The third to 16th parallels are as follows.

"The following facts" do not conflict between the parties, or Gap evidence 2-2, Gap evidence 5-1, 2, and Eul evidence 6 (a lease contract and the defendant's agent revoked at the third date for pleading of the first instance court, but there is no evidence to prove that the above establishment recognition was contrary to the truth and due to mistake, and rather, considering the overall purport of the entries and arguments in the evidence No. 9, Eul evidence No. 17, and Eul evidence No. 17, the defendant filed a complaint for G on the ground that the plaintiff's employee G was forged of the above lease contract, but the defendant was subject to a disposition of non-guilty on May 19, 2016, and therefore, the above revocation is not effective), Gap evidence No. 7, Eul evidence No. 5, Eul evidence No. 7, and Eul evidence No. 7, and the whole purport of the pleadings can be acknowledged by considering the whole purport of all the arguments and arguments.

On August 201, the Plaintiff: (a) around August 1, 201, leased each of the buildings indicated in the 3,000 square meters and orders of the 6,168 square meters for the Defendant Company for the storage of construction materials and storage; (b) the rent of KRW 2,219,820 for the year 201 without a lease deposit (the rent shall be calculated pursuant to Article 57 of the Construction Property Management Regulations); and (c) the period from August 10, 201 to December 31, 2013.

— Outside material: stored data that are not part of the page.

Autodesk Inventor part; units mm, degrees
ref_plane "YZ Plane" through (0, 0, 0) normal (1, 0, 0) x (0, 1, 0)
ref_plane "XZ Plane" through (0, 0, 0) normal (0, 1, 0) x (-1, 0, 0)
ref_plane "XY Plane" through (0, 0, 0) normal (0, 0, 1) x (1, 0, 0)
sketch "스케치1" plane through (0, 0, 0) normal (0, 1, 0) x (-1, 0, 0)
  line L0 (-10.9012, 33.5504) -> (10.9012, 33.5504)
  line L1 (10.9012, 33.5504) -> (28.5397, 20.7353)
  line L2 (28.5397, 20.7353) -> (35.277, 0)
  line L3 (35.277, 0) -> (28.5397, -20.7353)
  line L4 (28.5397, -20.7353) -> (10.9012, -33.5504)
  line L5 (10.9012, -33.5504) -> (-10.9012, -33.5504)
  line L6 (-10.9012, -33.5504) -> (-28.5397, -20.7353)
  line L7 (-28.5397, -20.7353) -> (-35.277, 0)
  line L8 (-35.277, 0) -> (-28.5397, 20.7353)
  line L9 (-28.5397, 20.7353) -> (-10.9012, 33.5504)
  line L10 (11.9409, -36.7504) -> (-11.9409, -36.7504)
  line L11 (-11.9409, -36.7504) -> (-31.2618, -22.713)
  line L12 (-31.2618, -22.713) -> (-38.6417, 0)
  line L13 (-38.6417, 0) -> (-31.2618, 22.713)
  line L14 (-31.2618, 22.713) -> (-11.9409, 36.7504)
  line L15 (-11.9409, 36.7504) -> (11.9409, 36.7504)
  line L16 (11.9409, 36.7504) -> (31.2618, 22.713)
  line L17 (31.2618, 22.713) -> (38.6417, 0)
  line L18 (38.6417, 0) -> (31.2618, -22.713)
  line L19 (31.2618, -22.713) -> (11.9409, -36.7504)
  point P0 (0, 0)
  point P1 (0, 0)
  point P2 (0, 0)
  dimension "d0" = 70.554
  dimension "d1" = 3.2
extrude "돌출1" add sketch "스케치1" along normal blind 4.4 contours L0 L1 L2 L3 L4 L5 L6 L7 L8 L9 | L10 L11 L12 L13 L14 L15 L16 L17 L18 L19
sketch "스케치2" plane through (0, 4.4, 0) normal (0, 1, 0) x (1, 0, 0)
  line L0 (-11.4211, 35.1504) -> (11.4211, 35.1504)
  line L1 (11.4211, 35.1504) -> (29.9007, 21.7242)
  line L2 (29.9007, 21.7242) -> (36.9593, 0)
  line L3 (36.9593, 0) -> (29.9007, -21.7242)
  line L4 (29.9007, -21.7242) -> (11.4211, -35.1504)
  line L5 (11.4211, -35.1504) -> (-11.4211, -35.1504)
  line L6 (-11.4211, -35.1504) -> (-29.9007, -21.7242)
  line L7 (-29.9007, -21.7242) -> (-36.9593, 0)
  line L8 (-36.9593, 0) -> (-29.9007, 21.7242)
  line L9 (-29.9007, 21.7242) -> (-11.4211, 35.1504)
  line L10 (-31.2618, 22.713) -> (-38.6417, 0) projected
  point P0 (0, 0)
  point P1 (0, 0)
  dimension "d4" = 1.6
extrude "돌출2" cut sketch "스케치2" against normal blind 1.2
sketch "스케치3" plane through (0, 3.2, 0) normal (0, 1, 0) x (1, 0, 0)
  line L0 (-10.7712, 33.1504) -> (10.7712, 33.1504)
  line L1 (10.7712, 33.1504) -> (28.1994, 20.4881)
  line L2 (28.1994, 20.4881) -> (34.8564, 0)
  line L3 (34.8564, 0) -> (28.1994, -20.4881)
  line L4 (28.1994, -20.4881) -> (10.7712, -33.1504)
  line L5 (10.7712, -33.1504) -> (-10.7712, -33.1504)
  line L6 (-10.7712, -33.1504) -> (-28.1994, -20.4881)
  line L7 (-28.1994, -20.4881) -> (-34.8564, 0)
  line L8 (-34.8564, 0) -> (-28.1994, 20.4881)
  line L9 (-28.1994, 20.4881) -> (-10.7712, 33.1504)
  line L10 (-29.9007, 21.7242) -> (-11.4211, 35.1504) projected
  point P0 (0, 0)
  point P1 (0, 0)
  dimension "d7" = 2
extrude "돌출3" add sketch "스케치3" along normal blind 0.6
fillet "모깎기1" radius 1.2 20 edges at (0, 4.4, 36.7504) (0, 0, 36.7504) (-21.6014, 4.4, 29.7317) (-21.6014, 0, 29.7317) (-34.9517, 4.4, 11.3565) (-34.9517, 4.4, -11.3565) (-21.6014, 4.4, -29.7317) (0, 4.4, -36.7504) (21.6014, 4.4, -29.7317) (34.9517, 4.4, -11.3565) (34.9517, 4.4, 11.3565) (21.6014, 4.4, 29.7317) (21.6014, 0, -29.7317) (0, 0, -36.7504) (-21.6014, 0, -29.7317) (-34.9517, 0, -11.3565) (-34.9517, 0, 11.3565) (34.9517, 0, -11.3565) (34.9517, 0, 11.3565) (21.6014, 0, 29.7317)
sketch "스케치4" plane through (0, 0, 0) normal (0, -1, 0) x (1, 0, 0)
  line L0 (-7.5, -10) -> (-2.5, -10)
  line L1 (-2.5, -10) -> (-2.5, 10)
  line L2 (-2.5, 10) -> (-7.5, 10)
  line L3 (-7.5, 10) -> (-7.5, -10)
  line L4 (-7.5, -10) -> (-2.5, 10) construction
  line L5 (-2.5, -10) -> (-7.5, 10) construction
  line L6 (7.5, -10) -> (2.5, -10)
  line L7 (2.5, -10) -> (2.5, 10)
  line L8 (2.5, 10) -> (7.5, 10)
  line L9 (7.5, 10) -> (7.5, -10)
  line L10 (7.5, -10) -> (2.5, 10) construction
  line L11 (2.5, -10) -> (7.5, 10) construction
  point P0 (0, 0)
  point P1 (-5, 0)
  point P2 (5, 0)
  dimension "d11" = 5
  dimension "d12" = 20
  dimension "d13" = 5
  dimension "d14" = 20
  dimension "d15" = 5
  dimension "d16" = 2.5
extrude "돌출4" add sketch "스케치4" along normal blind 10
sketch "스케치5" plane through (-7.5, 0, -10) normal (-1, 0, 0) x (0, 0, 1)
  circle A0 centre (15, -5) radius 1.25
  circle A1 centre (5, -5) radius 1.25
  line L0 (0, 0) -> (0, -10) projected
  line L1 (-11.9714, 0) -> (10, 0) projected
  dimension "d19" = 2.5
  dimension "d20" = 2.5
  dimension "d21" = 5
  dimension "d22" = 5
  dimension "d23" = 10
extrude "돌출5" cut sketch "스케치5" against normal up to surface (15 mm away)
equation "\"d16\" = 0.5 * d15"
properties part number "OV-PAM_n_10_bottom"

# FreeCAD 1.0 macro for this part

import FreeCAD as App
import Part
import Sketcher
from FreeCAD import Vector
Q = App.Units.Quantity


def edges_at(feature, points):
    """Names of the edges that pass closest to the given points."""
    edges = feature.Shape.Edges
    near = lambda p: min(range(len(edges)), key=lambda i: edges[i].distToShape(Part.Vertex(*p))[0])
    return sorted({f"Edge{near(p) + 1}" for p in points})


def add_polygon(sketch, points):
    """Adds a closed chain of lines whose ends are joined by coincident constraints."""
    first, n = sketch.GeometryCount, len(points)
    for a, b in zip(points, points[1:] + points[:1]):
        sketch.addGeometry(Part.LineSegment(App.Vector(*a, 0), App.Vector(*b, 0)), False)
    for i in range(n):
        sketch.addConstraint(Sketcher.Constraint("Coincident", first + i, 2, first + (i + 1) % n, 1))

doc = App.newDocument("Part")
body = doc.addObject("PartDesign::Body", "Body")

sketch1 = doc.addObject("Sketcher::SketchObject", "Sketch")
body.addObject(sketch1)
sketch1.AttachmentSupport = (doc.XZ_Plane, [""])
sketch1.MapMode = "FlatFace"
add_polygon(sketch1, [(11.9409, -36.7504), (-11.9409, -36.7504), (-31.2618, -22.713), (-38.6417, 0), (-31.2618, 22.713), (-11.9409, 36.7504), (11.9409, 36.7504), (31.2618, 22.713), (38.6417, 0), (31.2618, -22.713)])
sketch1.addConstraint([
    Sketcher.Constraint("Horizontal", 0),
    Sketcher.Constraint("Horizontal", 5),
    Sketcher.Constraint("Symmetric", 0, 2, 5, 2, -1, 1),
    Sketcher.Constraint("Symmetric", 1, 2, 6, 2, -1, 1),
    Sketcher.Constraint("Symmetric", 2, 2, 7, 2, -1, 1),
    Sketcher.Constraint("Symmetric", 3, 2, 8, 2, -1, 1),
    Sketcher.Constraint("Symmetric", 3, 2, 6, 2, -2),
    Sketcher.Constraint("PointOnObject", 2, 2, -1),
    Sketcher.Constraint("Parallel", 4, 9),
    Sketcher.Constraint("Vertical", 0, 2, 4, 2),
    Sketcher.Constraint("Equal", 1, 2),
    Sketcher.Constraint("Angle", 1, Q("144 deg")),
    Sketcher.Constraint("Angle", 2, Q("108 deg")),
    Sketcher.Constraint("DistanceX", 2, 2, 1, 2, Q("7.38 mm")),
    Sketcher.Constraint("DistanceX", 0, 2, 0, 1, Q("23.8818 mm")),
])
pad1 = doc.addObject("PartDesign::Pad", "Pad")
body.addObject(pad1)
pad1.Profile = sketch1
pad1.Length = 4.4
pad1.Reversed = True

sketch2 = doc.addObject("Sketcher::SketchObject", "Sketch001")
body.addObject(sketch2)
sketch2.AttachmentSupport = (doc.XZ_Plane, [""])
sketch2.MapMode = "FlatFace"
sketch2.AttachmentOffset = App.Placement(Vector(0, 0, -4.4), App.Rotation())
add_polygon(sketch2, [(11.4211, -35.1504), (-11.4211, -35.1504), (-29.9007, -21.7242), (-36.9593, 0), (-29.9007, 21.7242), (-11.4211, 35.1504), (11.4211, 35.1504), (29.9007, 21.7242), (36.9593, 0), (29.9007, -21.7242)])
sketch2.addConstraint([
    Sketcher.Constraint("Horizontal", 0),
    Sketcher.Constraint("Horizontal", 5),
    Sketcher.Constraint("Symmetric", 0, 2, 5, 2, -1, 1),
    Sketcher.Constraint("Symmetric", 1, 2, 6, 2, -1, 1),
    Sketcher.Constraint("Symmetric", 2, 2, 7, 2, -1, 1),
    Sketcher.Constraint("Symmetric", 3, 2, 8, 2, -1, 1),
    Sketcher.Constraint("Symmetric", 3, 2, 6, 2, -2),
    Sketcher.Constraint("PointOnObject", 2, 2, -1),
    Sketcher.Constraint("Parallel", 4, 9),
    Sketcher.Constraint("Vertical", 0, 2, 4, 2),
    Sketcher.Constraint("Equal", 1, 2),
    Sketcher.Constraint("Angle", 1, Q("144 deg")),
    Sketcher.Constraint("Angle", 2, Q("108 deg")),
    Sketcher.Constraint("DistanceX", 2, 2, 6, 2, Q("66.86 mm")),
    Sketcher.Constraint("Distance", 1, Q("22.842 mm")),
])
pocket1 = doc.addObject("PartDesign::Pocket", "Pocket")
body.addObject(pocket1)
pocket1.Profile = sketch2
pocket1.Length = 1.2
pocket1.Reversed = True

sketch3 = doc.addObject("Sketcher::SketchObject", "Sketch002")
body.addObject(sketch3)
sketch3.AttachmentSupport = (doc.XZ_Plane, [""])
sketch3.MapMode = "FlatFace"
sketch3.AttachmentOffset = App.Placement(Vector(0, 0, -3.2), App.Rotation())
add_polygon(sketch3, [(10.7712, -33.1504), (-10.7712, -33.1504), (-28.1994, -20.4881), (-34.8564, 0), (-28.1994, 20.4881), (-10.7712, 33.1504), (10.7712, 33.1504), (28.1994, 20.4881), (34.8564, 0), (28.1994, -20.4881)])
sketch3.addConstraint([
    Sketcher.Constraint("Horizontal", 0),
    Sketcher.Constraint("Horizontal", 5),
    Sketcher.Constraint("Symmetric", 0, 2, 5, 2, -1, 1),
    Sketcher.Constraint("Symmetric", 1, 2, 6, 2, -1, 1),
    Sketcher.Constraint("Symmetric", 2, 2, 7, 2, -1, 1),
    Sketcher.Constraint("Symmetric", 3, 2, 8, 2, -1, 1),
    Sketcher.Constraint("Symmetric", 3, 2, 6, 2, -2),
    Sketcher.Constraint("PointOnObject", 2, 2, -1),
    Sketcher.Constraint("Parallel", 4, 9),
    Sketcher.Constraint("Vertical", 0, 2, 4, 2),
    Sketcher.Constraint("Equal", 1, 2),
    Sketcher.Constraint("Angle", 1, Q("144 deg")),
    Sketcher.Constraint("Angle", 2, Q("108 deg")),
    Sketcher.Constraint("DistanceX", 0, 2, 0, 1, Q("21.5424 mm")),
    Sketcher.Constraint("DistanceY", 1, 2, -1, 1, Q("20.488 mm")),
])
pad2 = doc.addObject("PartDesign::Pad", "Pad001")
body.addObject(pad2)
pad2.Profile = sketch3
pad2.Length = 0.6
pad2.Reversed = True
doc.recompute()

fillet = doc.addObject("PartDesign::Fillet", "Fillet")
body.addObject(fillet)
fillet.Base = (pad2, edges_at(pad2, [
    (0, 4.4, 36.75),
    (0, 0, 36.75),
    (-21.601, 4.4, 29.732),
    (-21.601, 0, 29.732),
    (-34.952, 4.4, 11.357),
    (-34.952, 4.4, -11.357),
    (-21.601, 4.4, -29.732),
    (0, 4.4, -36.75),
    (21.601, 4.4, -29.732),
    (34.952, 4.4, -11.357),
    (34.952, 4.4, 11.357),
    (21.601, 4.4, 29.732),
    (21.601, 0, -29.732),
    (0, 0, -36.75),
    (-21.601, 0, -29.732),
    (-34.952, 0, -11.357),
    (-34.952, 0, 11.357),
    (34.952, 0, -11.357),
    (34.952, 0, 11.357),
    (21.601, 0, 29.732),
]))
fillet.Radius = 1.2

sketch4 = doc.addObject("Sketcher::SketchObject", "Sketch003")
body.addObject(sketch4)
sketch4.AttachmentSupport = (doc.XZ_Plane, [""])
sketch4.MapMode = "FlatFace"
add_polygon(sketch4, [(-7.5, 10), (-7.5, -10), (-2.5, -10), (-2.5, 10)])
add_polygon(sketch4, [(2.5, -10), (7.5, -10), (7.5, 10), (2.5, 10)])
sketch4.addConstraint([
    Sketcher.Constraint("Vertical", 0),
    Sketcher.Constraint("Horizontal", 1),
    Sketcher.Constraint("Vertical", 2),
    Sketcher.Constraint("Horizontal", 3),
    Sketcher.Constraint("Horizontal", 4),
    Sketcher.Constraint("Vertical", 5),
    Sketcher.Constraint("Horizontal", 6),
    Sketcher.Constraint("Vertical", 7),
    Sketcher.Constraint("Symmetric", 3, 2, 4, 2, -1, 1),
    Sketcher.Constraint("Symmetric", 1, 2, 6, 2, -1, 1),
    Sketcher.Constraint("Horizontal", 1, 2, 4, 2),
    Sketcher.Constraint("DistanceX", 1, 1, 1, 2, Q("5 mm")),
    Sketcher.Constraint("DistanceY", 0, 2, 0, 1, Q("20 mm")),
    Sketcher.Constraint("DistanceX", 2, 2, 6, 2, Q("5 mm")),
])
pad3 = doc.addObject("PartDesign::Pad", "Pad002")
body.addObject(pad3)
pad3.Profile = sketch4
pad3.Length = 10

sketch5 = doc.addObject("Sketcher::SketchObject", "Sketch004")
body.addObject(sketch5)
sketch5.AttachmentSupport = (doc.YZ_Plane, [""])
sketch5.MapMode = "FlatFace"
sketch5.AttachmentOffset = App.Placement(Vector(0, 0, -7.5), App.Rotation())
sketch5.addGeometry([
    Part.Circle(Vector(-5, 5, 0), Vector(0, 0, 1), 1.25),
    Part.Circle(Vector(-5, -5, 0), Vector(0, 0, 1), 1.25),
], False)
sketch5.addConstraint([
    Sketcher.Constraint("Equal", 0, 1),
    Sketcher.Constraint("Symmetric", 0, 3, 1, 3, -1),
    Sketcher.Constraint("Diameter", 0, Q("2.5 mm")),
    Sketcher.Constraint("DistanceX", 0, 3, -1, 1, Q("5 mm")),
    Sketcher.Constraint("DistanceY", -1, 1, 0, 3, Q("5 mm")),
])
pocket2 = doc.addObject("PartDesign::Pocket", "Pocket001")
body.addObject(pocket2)
pocket2.Profile = sketch5
pocket2.Length = 15
pocket2.Reversed = True

doc.recompute()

(hereinafter “instant first lease contract”). (b)

Even after the expiration of the period under the above lease agreement, the Defendant Company requested that the Plaintiff extend the lease agreement to the Plaintiff while occupying each of the above real estate. Accordingly, the Plaintiff and the Defendant Company, around June 1, 2014, filed a request with the Defendant Company for an extension of the lease agreement. From January 1, 2014 to June 30, 2014, the Plaintiff and the Defendant Company are 1,372 square meters and each of the real estate indicated in the order (hereinafter “each of the instant real estate”).